Br J Nutr 2010 Jun 26;103(12):1778-83. Epub 2010 Jan 26.
Department of Nutritional Sciences, School of Public Health, Tehran University of Medical Sciences, Tehran, Iran.
Many studies have been done on the hypocholesterolaemic effect of probiotic yoghurt. The results, however, are not conclusive. The aim of the present study was to test the effect of probiotic and conventional yoghurt on the lipid profile in women. In a randomised trial, ninety female volunteers aged 19-49 years were assigned to three groups. Subjects consumed daily 300 g probiotic yoghurt containing Lactobacillus acidophilus La5 and Bifidobacterium lactis Bb12 or 300 g conventional yoghurt or no yoghurt for 6 weeks.
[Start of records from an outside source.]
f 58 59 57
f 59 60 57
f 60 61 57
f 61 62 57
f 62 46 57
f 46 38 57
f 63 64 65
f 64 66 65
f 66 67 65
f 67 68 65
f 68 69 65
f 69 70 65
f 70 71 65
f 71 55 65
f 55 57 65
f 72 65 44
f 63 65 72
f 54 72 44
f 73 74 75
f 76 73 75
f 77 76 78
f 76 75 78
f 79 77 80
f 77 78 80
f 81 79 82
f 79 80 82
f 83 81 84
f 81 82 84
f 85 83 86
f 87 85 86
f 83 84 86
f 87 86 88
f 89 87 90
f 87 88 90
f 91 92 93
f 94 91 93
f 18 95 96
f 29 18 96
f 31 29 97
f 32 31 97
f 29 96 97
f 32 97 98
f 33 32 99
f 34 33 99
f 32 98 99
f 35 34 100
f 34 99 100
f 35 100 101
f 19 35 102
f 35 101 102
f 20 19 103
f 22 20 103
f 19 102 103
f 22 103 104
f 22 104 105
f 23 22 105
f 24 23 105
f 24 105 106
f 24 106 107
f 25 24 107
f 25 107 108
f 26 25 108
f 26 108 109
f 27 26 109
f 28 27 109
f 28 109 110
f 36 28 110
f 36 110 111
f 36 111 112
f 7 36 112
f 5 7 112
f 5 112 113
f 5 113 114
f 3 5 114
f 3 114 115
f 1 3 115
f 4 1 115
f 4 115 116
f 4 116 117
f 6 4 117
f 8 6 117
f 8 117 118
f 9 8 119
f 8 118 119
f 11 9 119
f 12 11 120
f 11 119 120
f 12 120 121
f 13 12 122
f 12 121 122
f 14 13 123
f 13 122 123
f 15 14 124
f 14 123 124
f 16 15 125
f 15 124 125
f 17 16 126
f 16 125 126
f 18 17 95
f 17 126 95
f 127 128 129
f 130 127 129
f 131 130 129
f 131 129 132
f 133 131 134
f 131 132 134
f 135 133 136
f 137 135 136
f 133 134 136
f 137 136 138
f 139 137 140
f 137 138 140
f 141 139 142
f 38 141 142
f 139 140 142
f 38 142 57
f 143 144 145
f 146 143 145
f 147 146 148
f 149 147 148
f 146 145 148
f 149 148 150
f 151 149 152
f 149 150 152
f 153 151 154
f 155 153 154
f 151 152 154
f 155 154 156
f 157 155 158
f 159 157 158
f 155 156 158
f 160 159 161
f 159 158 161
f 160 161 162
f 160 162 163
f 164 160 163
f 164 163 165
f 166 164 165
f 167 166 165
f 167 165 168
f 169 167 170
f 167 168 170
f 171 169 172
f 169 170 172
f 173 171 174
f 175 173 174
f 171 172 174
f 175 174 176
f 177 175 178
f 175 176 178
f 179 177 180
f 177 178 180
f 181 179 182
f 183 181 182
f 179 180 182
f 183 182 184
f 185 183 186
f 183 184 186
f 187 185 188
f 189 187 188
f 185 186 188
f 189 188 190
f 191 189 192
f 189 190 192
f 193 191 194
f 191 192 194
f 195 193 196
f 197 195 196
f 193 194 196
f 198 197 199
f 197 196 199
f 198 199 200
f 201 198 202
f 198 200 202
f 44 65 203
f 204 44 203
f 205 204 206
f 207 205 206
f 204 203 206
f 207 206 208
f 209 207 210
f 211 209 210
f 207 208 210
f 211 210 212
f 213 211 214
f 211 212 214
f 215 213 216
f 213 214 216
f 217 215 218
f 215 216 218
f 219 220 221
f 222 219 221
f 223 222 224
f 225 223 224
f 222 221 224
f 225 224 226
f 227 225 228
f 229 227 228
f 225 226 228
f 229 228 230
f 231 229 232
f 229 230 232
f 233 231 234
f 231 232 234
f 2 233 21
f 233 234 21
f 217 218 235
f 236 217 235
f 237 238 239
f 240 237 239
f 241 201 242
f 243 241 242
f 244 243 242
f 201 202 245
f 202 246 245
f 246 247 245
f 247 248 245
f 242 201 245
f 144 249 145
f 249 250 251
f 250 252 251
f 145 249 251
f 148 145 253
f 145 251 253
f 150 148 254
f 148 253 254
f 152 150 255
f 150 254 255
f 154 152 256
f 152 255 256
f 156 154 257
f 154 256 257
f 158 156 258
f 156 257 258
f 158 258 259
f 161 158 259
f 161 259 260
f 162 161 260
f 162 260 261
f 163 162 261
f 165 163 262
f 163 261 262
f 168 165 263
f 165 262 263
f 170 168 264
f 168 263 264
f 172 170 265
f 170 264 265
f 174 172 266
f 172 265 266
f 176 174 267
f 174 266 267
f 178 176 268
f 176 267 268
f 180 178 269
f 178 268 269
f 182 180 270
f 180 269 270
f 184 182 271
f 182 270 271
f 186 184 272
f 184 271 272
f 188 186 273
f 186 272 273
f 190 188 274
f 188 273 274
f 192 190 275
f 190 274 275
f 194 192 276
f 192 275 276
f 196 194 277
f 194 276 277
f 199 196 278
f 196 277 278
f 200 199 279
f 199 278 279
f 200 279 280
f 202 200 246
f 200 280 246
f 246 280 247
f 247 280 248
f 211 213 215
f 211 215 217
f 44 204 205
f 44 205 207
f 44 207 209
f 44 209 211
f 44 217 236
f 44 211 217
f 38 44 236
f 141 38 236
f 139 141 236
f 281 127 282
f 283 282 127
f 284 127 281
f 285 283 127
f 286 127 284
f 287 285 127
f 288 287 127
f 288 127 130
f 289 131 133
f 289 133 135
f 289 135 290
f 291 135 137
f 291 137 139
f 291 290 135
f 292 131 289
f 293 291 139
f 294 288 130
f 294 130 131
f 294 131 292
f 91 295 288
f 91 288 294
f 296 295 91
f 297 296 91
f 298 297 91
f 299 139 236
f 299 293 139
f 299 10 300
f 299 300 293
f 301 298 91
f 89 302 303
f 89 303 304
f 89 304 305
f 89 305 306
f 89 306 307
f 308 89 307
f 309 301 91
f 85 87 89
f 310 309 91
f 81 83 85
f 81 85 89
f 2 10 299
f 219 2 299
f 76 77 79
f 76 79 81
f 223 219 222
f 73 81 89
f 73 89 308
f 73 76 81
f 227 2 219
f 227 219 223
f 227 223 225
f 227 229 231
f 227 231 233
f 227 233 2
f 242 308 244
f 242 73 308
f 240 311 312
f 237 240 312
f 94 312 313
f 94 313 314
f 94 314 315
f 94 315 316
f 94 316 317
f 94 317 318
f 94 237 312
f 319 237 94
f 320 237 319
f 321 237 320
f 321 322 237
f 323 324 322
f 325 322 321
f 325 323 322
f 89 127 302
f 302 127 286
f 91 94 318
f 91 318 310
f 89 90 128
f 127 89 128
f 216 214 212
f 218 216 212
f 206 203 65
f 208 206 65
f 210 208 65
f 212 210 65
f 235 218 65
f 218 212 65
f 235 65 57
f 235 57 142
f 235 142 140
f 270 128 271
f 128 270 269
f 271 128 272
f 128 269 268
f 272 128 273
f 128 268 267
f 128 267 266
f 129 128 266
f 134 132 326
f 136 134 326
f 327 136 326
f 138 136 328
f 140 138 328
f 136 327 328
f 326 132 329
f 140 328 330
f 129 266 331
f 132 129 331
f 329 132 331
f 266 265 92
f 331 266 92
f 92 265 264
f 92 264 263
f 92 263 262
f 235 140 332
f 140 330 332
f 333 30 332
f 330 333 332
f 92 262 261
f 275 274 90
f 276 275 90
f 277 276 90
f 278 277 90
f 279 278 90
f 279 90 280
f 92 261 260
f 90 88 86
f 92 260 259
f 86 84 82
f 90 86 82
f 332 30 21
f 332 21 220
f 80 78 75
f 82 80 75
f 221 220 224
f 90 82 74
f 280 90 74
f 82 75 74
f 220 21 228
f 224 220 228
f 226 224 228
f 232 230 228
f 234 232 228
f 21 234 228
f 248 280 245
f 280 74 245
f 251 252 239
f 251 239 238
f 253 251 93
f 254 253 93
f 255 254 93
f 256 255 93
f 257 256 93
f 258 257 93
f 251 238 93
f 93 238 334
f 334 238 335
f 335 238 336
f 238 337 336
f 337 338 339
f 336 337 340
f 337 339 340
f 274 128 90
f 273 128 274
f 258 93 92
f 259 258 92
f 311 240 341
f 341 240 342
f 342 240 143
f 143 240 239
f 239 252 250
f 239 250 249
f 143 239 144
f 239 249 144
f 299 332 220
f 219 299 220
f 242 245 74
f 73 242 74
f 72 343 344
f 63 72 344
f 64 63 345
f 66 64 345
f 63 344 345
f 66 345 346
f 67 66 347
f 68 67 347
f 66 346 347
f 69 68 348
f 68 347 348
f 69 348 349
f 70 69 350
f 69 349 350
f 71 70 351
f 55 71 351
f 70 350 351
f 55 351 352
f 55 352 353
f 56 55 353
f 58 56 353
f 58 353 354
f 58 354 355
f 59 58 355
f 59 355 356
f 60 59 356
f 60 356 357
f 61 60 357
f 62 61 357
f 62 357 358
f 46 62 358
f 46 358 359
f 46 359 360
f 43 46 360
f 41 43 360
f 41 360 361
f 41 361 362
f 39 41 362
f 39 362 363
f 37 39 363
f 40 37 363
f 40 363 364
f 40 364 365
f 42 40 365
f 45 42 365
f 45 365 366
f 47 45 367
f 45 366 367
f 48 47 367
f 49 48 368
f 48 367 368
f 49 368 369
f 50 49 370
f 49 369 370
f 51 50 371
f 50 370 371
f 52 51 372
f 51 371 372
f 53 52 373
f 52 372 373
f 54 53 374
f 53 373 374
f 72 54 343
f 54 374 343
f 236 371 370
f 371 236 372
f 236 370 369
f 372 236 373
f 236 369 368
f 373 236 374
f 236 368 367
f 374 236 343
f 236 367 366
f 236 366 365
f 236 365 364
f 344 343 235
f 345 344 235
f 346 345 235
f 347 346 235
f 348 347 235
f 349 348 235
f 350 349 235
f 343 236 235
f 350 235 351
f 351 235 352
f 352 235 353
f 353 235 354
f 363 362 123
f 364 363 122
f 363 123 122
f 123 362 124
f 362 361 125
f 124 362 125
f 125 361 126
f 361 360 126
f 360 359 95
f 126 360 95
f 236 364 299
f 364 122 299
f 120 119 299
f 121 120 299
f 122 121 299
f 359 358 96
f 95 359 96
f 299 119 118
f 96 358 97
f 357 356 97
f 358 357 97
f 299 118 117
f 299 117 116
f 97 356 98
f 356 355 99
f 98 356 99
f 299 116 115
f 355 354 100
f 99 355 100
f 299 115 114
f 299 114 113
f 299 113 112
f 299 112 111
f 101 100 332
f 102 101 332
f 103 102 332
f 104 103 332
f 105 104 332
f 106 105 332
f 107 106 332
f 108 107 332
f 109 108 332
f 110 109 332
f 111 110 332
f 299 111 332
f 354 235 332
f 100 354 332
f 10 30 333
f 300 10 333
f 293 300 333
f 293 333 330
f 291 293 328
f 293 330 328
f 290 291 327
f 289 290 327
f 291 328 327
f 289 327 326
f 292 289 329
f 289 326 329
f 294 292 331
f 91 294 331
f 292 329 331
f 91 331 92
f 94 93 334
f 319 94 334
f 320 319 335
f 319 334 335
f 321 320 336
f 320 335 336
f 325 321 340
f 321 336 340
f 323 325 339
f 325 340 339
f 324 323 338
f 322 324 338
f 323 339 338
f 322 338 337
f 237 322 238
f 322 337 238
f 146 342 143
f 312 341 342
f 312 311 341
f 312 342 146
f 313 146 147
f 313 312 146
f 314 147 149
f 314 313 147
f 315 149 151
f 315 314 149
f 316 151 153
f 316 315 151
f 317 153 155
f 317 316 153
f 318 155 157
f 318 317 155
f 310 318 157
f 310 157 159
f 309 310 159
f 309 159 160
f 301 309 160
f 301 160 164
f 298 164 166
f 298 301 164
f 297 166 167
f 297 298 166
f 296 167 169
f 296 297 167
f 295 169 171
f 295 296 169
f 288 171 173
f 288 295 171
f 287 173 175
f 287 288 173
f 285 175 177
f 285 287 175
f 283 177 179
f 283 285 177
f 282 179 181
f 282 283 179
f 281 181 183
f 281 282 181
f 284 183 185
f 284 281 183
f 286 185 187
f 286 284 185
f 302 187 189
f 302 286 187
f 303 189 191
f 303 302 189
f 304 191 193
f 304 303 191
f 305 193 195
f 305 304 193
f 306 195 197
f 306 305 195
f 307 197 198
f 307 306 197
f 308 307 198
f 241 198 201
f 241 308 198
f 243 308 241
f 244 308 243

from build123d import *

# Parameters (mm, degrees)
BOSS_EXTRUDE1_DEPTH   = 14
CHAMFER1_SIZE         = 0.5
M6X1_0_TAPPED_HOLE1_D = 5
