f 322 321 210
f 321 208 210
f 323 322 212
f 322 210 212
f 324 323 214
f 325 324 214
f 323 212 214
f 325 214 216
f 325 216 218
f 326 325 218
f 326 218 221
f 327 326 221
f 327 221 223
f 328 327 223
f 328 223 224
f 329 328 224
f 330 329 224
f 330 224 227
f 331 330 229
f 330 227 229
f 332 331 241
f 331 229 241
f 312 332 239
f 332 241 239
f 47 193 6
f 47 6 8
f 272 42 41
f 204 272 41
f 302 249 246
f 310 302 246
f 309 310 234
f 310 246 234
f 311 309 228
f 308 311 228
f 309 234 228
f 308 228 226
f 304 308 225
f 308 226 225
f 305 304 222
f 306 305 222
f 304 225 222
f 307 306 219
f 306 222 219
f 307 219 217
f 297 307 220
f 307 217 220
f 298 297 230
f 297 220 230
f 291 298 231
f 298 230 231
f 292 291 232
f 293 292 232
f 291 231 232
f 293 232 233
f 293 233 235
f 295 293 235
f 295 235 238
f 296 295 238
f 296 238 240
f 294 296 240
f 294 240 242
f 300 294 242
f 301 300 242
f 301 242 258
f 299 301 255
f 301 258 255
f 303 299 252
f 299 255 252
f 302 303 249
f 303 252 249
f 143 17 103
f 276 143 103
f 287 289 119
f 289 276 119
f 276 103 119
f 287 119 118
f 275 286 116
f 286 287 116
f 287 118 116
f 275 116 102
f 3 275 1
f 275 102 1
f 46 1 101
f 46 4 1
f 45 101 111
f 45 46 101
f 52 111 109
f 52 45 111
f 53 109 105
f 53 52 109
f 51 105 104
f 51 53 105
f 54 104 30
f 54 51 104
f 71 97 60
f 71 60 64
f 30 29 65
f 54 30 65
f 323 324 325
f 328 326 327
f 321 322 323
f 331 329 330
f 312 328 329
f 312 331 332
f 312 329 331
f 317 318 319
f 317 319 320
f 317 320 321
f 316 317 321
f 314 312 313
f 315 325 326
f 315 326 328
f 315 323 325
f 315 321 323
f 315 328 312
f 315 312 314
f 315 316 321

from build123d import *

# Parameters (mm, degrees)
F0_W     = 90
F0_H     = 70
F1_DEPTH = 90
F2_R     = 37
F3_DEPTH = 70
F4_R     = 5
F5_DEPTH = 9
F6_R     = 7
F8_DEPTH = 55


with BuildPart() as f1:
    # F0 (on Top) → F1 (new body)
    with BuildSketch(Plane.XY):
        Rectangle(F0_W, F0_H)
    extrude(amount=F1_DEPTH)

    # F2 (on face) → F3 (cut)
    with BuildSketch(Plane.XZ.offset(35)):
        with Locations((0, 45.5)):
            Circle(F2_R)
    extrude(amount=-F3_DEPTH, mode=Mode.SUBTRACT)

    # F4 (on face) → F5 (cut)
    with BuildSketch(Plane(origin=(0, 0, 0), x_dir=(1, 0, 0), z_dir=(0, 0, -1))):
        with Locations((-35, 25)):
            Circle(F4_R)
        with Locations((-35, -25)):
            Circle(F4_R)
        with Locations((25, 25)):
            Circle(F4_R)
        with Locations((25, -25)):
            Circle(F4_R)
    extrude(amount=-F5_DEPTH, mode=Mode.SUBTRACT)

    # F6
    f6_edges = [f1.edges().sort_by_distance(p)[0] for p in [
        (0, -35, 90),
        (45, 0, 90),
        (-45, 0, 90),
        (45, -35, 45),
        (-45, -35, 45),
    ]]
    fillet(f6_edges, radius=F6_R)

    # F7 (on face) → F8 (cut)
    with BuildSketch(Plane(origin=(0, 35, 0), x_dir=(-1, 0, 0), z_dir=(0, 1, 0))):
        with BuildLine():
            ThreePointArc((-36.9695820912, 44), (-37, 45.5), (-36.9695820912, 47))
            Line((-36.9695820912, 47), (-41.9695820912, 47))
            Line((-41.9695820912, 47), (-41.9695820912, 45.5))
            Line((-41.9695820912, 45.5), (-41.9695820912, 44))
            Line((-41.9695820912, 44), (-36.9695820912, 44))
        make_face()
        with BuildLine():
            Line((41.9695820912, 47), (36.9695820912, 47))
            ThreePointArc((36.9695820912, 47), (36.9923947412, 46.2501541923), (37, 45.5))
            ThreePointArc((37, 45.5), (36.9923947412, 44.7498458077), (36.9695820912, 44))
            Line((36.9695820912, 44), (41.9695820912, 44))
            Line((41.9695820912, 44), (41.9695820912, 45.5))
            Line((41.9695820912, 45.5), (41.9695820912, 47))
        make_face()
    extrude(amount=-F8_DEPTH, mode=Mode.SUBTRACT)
Fasting blood samples, 3 d dietary records and anthropometric measurements were collected at baseline (T1), end of week 3 (T2) and end of week 6 (T3). Lipid profile parameters were determined by enzymic methods. Results showed no significant difference in lipid profile within any group throughout the study. Comparing mean differences (T1 - T3) among the three groups showed: no difference in TAG and LDL-cholesterol, a decrease in cholesterol in both conventional (P < 0.05) and probiotic yoghurt groups (P < 0.005) compared with the control group, a decrease in total:HDL-cholesterol ratio for conventional (P < 0.05) and probiotic yoghurt groups (P < 0.001) compared with the control group, and an increase in HDL-cholesterol in the probiotic yoghurt group (P < 0.05) compared with the control group. Positive changes in lipid profile were observed in both yoghurt groups. Any added effect, therefore, is due to the consumption of fermented milk products.